[Saved data entries]

|---|

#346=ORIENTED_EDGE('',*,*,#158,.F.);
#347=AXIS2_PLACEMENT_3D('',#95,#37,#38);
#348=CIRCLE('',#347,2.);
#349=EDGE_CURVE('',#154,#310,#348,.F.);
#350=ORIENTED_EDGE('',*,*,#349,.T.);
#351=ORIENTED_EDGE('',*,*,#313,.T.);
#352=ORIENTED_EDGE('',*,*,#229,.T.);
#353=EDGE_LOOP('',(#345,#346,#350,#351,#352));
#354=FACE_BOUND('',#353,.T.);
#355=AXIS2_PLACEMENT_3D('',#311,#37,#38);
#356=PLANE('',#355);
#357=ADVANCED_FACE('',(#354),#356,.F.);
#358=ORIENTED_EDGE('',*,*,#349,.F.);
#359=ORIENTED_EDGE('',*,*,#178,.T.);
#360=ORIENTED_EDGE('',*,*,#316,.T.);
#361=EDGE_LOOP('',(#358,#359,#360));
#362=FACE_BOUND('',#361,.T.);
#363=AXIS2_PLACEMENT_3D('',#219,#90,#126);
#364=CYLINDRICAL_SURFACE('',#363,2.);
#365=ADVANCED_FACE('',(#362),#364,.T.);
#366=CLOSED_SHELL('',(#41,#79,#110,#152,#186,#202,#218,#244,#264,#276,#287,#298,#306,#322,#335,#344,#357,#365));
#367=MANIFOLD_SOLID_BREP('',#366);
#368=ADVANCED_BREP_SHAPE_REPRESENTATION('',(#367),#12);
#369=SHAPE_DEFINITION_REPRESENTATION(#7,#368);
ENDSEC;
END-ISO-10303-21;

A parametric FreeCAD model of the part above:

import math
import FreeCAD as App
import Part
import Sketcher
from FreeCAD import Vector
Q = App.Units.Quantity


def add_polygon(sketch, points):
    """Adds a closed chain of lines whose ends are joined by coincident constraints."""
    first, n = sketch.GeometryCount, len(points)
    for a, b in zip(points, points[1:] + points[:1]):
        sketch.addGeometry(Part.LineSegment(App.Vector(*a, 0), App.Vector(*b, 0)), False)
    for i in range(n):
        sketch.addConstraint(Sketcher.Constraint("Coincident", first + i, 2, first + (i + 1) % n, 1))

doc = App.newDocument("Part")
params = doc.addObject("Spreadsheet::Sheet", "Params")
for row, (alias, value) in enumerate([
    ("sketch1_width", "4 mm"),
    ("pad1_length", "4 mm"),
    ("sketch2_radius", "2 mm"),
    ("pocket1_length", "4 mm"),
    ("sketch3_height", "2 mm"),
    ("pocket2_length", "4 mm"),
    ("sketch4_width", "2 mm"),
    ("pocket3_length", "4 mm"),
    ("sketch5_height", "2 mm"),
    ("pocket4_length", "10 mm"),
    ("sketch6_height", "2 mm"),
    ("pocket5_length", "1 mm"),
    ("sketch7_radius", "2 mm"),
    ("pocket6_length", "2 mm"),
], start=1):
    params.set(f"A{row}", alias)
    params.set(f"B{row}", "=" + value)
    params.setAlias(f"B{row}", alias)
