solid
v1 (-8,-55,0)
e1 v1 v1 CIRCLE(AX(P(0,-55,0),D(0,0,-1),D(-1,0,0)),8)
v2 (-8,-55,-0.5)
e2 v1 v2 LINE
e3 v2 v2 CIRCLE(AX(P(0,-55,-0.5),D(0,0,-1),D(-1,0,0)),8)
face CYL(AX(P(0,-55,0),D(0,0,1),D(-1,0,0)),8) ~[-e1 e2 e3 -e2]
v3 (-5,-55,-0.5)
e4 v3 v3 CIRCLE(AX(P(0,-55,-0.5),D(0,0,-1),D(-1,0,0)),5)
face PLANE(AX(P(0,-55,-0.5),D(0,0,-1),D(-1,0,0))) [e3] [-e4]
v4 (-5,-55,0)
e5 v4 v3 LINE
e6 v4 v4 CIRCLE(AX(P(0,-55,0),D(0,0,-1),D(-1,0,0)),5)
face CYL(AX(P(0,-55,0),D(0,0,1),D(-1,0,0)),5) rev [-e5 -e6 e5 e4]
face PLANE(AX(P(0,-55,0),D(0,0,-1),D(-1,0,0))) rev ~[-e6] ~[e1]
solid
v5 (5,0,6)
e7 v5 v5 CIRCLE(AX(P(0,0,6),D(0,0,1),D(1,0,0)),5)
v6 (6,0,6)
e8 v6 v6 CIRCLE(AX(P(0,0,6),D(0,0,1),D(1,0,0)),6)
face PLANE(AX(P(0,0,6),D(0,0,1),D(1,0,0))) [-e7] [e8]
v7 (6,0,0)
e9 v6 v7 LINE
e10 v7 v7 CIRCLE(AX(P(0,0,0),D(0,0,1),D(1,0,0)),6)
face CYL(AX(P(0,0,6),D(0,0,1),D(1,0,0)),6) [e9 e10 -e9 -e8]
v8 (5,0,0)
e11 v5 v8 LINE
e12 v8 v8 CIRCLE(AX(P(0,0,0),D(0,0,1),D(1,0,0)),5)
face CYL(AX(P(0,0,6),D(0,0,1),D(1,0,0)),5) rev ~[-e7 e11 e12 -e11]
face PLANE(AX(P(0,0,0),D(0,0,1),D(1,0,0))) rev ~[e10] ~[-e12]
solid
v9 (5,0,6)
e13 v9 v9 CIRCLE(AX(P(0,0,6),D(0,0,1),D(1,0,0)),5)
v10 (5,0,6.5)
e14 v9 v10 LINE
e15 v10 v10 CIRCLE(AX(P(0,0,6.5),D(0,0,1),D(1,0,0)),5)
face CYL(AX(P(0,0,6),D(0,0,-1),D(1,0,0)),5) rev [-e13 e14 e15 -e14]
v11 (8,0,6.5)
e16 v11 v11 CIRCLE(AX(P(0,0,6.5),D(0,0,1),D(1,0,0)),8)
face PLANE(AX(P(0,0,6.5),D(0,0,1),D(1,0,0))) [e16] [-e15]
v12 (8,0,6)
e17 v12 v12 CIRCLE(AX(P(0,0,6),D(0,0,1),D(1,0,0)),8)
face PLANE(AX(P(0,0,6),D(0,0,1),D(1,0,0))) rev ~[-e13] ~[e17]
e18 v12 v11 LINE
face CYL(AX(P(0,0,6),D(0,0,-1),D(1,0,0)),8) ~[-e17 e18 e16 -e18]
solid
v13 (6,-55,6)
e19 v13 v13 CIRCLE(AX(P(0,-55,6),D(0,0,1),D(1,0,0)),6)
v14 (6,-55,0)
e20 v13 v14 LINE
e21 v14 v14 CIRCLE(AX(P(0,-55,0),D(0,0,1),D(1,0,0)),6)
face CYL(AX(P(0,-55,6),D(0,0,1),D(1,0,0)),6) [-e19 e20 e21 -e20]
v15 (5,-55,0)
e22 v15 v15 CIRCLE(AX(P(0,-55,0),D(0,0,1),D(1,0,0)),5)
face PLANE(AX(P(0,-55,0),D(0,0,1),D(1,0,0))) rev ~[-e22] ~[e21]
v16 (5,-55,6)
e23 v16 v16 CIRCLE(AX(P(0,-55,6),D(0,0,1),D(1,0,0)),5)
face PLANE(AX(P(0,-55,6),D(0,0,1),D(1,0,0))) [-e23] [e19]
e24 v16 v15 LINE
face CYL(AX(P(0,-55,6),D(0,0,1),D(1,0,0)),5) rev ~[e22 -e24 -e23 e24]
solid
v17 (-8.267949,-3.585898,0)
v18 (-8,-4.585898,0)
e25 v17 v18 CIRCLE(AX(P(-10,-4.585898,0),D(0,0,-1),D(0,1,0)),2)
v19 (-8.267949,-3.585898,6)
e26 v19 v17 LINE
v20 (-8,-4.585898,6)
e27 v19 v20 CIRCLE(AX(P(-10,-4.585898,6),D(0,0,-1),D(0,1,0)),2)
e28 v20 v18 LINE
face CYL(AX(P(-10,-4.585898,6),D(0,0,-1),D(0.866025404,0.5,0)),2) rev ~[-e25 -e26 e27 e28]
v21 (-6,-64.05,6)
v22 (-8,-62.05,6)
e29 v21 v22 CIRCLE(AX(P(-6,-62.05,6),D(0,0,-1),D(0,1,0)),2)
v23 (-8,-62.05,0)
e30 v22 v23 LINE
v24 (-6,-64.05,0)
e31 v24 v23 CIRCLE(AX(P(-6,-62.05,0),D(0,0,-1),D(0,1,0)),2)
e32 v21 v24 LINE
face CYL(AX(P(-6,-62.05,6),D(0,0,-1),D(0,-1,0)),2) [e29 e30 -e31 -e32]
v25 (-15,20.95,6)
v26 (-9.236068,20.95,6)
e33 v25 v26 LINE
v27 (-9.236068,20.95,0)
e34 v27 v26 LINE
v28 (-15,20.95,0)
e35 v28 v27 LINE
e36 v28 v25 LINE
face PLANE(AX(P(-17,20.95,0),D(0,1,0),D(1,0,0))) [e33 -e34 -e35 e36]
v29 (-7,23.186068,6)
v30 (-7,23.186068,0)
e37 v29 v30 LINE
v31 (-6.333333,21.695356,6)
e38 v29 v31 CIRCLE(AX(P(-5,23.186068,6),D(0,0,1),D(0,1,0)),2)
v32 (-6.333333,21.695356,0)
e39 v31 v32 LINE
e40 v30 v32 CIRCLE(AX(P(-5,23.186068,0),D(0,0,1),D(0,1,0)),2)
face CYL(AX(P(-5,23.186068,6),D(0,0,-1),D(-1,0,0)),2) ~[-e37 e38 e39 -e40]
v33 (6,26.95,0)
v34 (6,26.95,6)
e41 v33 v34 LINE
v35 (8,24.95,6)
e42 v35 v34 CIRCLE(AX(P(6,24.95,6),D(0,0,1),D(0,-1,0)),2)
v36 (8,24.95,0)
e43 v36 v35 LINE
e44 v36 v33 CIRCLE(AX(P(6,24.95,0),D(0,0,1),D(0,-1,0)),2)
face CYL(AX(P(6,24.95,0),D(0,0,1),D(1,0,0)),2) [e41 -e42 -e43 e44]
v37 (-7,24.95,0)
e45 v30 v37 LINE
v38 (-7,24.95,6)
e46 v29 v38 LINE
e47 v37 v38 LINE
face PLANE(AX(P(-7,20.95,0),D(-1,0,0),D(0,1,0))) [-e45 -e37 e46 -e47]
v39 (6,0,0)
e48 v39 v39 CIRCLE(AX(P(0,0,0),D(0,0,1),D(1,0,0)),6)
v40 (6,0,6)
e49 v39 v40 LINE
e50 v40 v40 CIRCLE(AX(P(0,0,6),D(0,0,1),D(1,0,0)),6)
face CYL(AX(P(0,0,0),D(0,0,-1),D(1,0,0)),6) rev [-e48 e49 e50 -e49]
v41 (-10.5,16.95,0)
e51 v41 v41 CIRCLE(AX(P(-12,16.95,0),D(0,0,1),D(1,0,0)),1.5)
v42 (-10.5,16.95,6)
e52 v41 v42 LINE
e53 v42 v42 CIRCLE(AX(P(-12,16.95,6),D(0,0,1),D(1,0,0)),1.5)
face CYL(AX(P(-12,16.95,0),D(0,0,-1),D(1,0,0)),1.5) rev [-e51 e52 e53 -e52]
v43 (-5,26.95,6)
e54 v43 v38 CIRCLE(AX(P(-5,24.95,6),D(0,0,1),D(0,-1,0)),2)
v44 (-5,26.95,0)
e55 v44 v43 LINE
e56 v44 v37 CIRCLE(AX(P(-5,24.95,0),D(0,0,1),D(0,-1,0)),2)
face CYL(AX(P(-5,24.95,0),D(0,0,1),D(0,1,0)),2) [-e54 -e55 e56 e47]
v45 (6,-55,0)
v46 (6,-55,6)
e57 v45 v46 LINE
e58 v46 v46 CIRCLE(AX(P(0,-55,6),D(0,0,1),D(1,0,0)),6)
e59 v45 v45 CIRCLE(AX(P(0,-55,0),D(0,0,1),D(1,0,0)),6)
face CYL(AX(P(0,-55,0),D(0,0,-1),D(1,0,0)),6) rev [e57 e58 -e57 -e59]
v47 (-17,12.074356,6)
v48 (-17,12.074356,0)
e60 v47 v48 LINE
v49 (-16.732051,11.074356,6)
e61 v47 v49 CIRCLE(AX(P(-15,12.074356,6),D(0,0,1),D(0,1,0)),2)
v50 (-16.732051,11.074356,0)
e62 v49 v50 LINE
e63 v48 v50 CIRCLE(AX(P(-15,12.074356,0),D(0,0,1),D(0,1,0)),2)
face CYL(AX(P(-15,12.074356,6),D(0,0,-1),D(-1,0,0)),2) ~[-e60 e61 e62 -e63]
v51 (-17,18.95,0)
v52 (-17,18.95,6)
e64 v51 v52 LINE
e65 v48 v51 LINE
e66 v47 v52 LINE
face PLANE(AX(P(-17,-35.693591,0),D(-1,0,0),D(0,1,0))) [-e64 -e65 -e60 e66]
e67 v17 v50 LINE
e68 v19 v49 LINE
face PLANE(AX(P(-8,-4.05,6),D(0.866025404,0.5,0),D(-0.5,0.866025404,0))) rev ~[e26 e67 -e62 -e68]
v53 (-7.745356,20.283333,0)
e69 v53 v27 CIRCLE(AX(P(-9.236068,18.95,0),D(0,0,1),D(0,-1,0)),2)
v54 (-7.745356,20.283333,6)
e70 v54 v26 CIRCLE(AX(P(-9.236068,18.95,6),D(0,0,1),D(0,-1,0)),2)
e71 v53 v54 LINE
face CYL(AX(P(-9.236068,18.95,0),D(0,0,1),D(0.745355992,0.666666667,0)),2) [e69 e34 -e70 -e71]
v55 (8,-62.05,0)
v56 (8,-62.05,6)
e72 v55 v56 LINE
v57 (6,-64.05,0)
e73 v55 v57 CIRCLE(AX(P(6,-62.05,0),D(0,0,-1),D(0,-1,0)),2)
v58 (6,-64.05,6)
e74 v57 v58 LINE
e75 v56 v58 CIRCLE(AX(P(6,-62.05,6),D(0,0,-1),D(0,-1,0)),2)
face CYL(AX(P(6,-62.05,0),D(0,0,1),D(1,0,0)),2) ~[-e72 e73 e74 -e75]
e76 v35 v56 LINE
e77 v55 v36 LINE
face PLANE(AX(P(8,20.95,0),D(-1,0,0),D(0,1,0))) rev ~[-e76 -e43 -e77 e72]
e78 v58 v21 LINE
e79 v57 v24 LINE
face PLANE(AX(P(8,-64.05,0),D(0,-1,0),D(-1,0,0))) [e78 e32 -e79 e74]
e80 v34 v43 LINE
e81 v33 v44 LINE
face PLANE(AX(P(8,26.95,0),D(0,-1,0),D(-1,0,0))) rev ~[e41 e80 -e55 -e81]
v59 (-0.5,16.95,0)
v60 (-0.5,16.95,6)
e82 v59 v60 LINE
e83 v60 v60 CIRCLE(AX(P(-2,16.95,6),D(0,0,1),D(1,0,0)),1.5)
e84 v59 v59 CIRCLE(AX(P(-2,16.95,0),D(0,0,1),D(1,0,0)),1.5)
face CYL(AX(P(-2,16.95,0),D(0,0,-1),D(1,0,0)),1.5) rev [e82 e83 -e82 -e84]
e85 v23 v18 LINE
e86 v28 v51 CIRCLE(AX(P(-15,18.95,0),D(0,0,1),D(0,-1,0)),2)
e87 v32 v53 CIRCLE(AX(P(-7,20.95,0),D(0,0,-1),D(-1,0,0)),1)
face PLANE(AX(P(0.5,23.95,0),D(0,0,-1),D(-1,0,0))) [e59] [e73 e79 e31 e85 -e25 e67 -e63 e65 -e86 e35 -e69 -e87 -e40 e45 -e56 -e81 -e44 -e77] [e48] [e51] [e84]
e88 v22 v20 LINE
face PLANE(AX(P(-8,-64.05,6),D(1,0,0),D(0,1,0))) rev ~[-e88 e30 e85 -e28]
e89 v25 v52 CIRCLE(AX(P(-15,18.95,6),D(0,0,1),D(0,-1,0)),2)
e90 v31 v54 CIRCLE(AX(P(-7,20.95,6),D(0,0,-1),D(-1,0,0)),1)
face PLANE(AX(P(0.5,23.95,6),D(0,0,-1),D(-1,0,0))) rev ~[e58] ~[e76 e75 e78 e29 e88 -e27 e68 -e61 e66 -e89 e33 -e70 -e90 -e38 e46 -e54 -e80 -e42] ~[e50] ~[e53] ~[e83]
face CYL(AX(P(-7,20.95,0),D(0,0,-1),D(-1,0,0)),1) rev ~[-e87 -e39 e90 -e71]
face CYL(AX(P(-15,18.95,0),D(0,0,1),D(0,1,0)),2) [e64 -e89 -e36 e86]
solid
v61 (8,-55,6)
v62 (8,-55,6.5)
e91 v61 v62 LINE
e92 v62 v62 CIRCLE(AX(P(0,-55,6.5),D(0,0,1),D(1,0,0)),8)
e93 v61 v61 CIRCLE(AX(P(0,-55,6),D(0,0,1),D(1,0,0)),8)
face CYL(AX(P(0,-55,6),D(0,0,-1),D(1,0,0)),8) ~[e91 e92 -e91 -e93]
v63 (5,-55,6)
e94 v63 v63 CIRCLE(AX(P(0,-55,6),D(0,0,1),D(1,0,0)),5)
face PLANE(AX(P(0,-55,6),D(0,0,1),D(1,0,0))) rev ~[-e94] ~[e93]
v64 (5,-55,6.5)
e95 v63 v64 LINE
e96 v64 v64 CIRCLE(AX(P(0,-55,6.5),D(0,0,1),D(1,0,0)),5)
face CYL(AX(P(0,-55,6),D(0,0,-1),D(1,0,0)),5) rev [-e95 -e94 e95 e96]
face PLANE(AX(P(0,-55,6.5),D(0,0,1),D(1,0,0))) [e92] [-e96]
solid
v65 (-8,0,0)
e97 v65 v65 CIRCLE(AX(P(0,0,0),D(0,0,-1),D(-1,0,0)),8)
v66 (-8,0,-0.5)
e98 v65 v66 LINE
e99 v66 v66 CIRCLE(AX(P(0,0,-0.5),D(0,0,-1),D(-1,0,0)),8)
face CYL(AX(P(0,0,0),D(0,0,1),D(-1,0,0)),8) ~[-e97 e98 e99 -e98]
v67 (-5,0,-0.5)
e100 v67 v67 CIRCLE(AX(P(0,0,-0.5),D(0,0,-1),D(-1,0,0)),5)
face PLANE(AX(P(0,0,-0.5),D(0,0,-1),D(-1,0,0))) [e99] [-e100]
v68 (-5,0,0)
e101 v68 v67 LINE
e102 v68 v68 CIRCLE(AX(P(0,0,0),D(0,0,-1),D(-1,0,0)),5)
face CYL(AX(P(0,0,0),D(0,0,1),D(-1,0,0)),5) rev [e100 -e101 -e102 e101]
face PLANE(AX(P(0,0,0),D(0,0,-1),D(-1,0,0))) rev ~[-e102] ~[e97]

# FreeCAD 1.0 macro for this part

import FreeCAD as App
import Part
import Sketcher

V = App.Vector
Q = App.Units.Quantity


def edges_at(feature, points):
    """Names of the edges that pass closest to the given points."""
    edges = feature.Shape.Edges
    near = lambda p: min(range(len(edges)), key=lambda i: edges[i].distToShape(Part.Vertex(*p))[0])
    return sorted({f"Edge{near(p) + 1}" for p in points})


def add_polygon(sketch, points):
    """Adds a closed chain of lines whose ends are joined by coincident constraints."""
    first, n = sketch.GeometryCount, len(points)
    for a, b in zip(points, points[1:] + points[:1]):
        sketch.addGeometry(Part.LineSegment(App.Vector(*a, 0), App.Vector(*b, 0)), False)
    for i in range(n):
        sketch.addConstraint(Sketcher.Constraint("Coincident", first + i, 2, first + (i + 1) % n, 1))

doc = App.newDocument("Part")
params = doc.addObject("Spreadsheet::Sheet", "Params")
for row, (alias, value) in enumerate([
    ("sketch1_diameter", "12 mm"),
    ("sketch1_diameter2", "3 mm"),
    ("sketch1_width", "25 mm"),
    ("sketch1_width2", "20 mm"),
    ("sketch1_height", "85 mm"),
    ("pad1_length", "6 mm"),
    ("sketch2_width", "15 mm"),
    ("sketch2_height", "6 mm"),
    ("pad2_length", "6 mm"),
    ("sketch3_diameter", "2 mm"),
    ("pocket1_length", "6 mm"),
    ("sketch4_width", "4 mm"),
    ("sketch4_height", "60 mm"),
    ("sketch4_length", "18 mm"),
    ("pocket2_length", "6 mm"),
    ("fillet_radius", "2 mm"),
    ("sketch5_diameter", "12 mm"),
    ("sketch5_diameter2", "10 mm"),
    ("pad3_length", "6 mm"),
    ("sketch6_diameter", "12 mm"),
    ("sketch6_diameter2", "10 mm"),
    ("pad4_length", "6 mm"),
    ("sketch7_diameter", "16 mm"),
    ("sketch7_diameter2", "10 mm"),
    ("pad5_length", "0.5 mm"),
    ("sketch8_diameter", "16 mm"),
    ("sketch8_diameter2", "10 mm"),
    ("pad6_length", "0.5 mm"),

|---|

◆ Directions:
Scan the entries above for the line containing "e4 v3 v3 CIRCLE(AX(P(0,-55,-0.5),D(0,0,-1),D(-1,0,0)),5)", and copy it and all lines after it exactly, down to and including the line containing "face CYL(AX(P(0,-55,0),D(0,0,1),D(-1,0,0)),5) rev".

◆ Output of the task:
e4 v3 v3 CIRCLE(AX(P(0,-55,-0.5),D(0,0,-1),D(-1,0,0)),5)
face PLANE(AX(P(0,-55,-0.5),D(0,0,-1),D(-1,0,0))) [e3] [-e4]
v4 (-5,-55,0)
e5 v4 v3 LINE
e6 v4 v4 CIRCLE(AX(P(0,-55,0),D(0,0,-1),D(-1,0,0)),5)
face CYL(AX(P(0,-55,0),D(0,0,1),D(-1,0,0)),5) rev [-e5 -e6 e5 e4]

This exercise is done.